ApacheCon Europe 2012

Rhein-Neckar-Arena, Sinsheim, Germany

5–8 November 2012

Taking the guesswork out of your Hadoop Infrastructure

Steve Watt

Audience level:
Intermediate
Track:
Big Data

Tuesday 9:15 a.m.–10 a.m. in Level 2 Left

Description

Applicable commodity infrastructures for Apache Hadoop have advanced greatly in the last number of years. In this talk we'll discuss the lessons learned and outcomes from the work HP has done to optimally design and configure infrastructure for both MapReduce and HBase.

Abstract

Apache Hadoop is clearly one of the fastest growing big data platforms to store and analyze arbitrarily structured data in search of business insights.

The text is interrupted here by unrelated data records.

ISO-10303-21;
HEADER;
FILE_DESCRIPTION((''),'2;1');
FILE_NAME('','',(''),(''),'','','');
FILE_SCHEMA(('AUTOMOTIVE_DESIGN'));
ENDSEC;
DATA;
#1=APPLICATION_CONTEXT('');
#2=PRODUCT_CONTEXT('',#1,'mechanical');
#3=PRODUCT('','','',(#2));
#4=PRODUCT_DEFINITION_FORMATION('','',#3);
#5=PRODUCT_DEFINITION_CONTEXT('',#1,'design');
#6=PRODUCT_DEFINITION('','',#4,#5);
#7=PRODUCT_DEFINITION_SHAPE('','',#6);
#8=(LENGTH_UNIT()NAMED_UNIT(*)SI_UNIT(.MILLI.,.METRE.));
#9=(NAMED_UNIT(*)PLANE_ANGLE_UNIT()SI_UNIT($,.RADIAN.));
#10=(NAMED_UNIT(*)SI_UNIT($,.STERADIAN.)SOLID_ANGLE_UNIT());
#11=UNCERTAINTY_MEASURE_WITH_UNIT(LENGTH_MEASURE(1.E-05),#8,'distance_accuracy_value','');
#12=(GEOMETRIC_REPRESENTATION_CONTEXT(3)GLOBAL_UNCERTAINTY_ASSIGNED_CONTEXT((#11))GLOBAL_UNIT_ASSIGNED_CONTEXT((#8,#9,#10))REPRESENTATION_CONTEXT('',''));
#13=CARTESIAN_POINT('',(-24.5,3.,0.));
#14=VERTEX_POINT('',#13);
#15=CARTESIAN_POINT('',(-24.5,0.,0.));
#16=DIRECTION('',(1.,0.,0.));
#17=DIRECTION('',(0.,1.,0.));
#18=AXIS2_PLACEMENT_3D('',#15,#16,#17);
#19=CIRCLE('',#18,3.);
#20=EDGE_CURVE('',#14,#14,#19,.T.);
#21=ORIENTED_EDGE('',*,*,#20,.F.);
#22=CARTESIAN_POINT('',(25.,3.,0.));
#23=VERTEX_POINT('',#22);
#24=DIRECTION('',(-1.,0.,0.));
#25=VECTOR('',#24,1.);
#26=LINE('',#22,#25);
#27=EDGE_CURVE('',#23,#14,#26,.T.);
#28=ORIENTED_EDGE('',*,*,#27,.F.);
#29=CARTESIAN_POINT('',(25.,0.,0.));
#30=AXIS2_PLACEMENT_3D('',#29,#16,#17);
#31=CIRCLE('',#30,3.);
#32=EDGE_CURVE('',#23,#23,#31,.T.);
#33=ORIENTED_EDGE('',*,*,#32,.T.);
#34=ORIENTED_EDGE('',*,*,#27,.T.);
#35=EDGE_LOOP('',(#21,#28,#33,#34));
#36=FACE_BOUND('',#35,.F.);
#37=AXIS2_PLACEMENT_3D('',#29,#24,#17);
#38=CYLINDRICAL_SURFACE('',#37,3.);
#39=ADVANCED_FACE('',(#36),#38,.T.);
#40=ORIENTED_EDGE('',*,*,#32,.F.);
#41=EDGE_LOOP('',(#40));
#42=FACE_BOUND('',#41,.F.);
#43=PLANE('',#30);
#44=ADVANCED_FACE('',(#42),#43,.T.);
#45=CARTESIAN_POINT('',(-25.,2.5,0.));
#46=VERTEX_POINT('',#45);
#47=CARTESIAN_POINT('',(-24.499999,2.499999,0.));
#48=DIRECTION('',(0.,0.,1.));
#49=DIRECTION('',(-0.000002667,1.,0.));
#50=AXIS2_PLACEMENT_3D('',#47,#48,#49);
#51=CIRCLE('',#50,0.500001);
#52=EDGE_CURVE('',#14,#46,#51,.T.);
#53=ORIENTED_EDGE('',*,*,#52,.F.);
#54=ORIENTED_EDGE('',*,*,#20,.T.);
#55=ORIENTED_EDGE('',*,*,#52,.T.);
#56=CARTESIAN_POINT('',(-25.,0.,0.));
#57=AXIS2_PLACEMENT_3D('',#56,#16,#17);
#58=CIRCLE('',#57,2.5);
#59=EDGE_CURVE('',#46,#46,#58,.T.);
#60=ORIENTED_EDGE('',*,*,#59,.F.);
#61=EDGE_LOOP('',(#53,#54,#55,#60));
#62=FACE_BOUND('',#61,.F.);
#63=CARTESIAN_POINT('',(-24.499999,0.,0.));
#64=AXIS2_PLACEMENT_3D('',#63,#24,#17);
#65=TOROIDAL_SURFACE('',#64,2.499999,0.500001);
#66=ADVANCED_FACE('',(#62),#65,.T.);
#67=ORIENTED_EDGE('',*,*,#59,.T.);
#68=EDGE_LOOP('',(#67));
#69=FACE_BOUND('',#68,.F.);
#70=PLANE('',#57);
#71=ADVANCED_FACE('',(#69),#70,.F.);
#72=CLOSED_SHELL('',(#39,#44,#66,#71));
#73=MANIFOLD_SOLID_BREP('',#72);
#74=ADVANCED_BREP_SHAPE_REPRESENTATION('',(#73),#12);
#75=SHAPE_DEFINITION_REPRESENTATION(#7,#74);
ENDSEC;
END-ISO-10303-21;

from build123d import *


with BuildPart() as f1:
    # F0 (on Top) → F1 (revolve)
    with BuildSketch(Plane.XY):
        with BuildLine():
            Line((-25, 2.5), (-25, 0))
            Line((-25, 0), (25, 0))
            Line((25, 0), (25, 3))
            Line((25, 3), (-24.5, 3))
            ThreePointArc((-24.5, 3), (-24.853553, 2.853553), (-25, 2.5))
        make_face()
    revolve(axis=Axis((0, 0, 0), (1, 0, 0)))


solid = f1.part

However, applicable commodity infrastructures have advanced greatly in the last number of years and there is not a lot of information to assist the community in optimally designing and configuring Hadoop Infrastructure based on specific requirements. For example, how many disks and controllers should you use? Should you buy processors with 4 or 6 cores? Do you need a 1GbE or 10GbE Network? Should you use SATA or MDL SAS? Small or Large Form Factor Disks? How much memory do you need ? How do you characterize your Hadoop workloads to figure out whether your are I/O, CPU, Network or Memory bound? In this talk we'll discuss the lessons learned and outcomes from the work HP has done to optimally design and configure infrastructure for both MapReduce and HBase.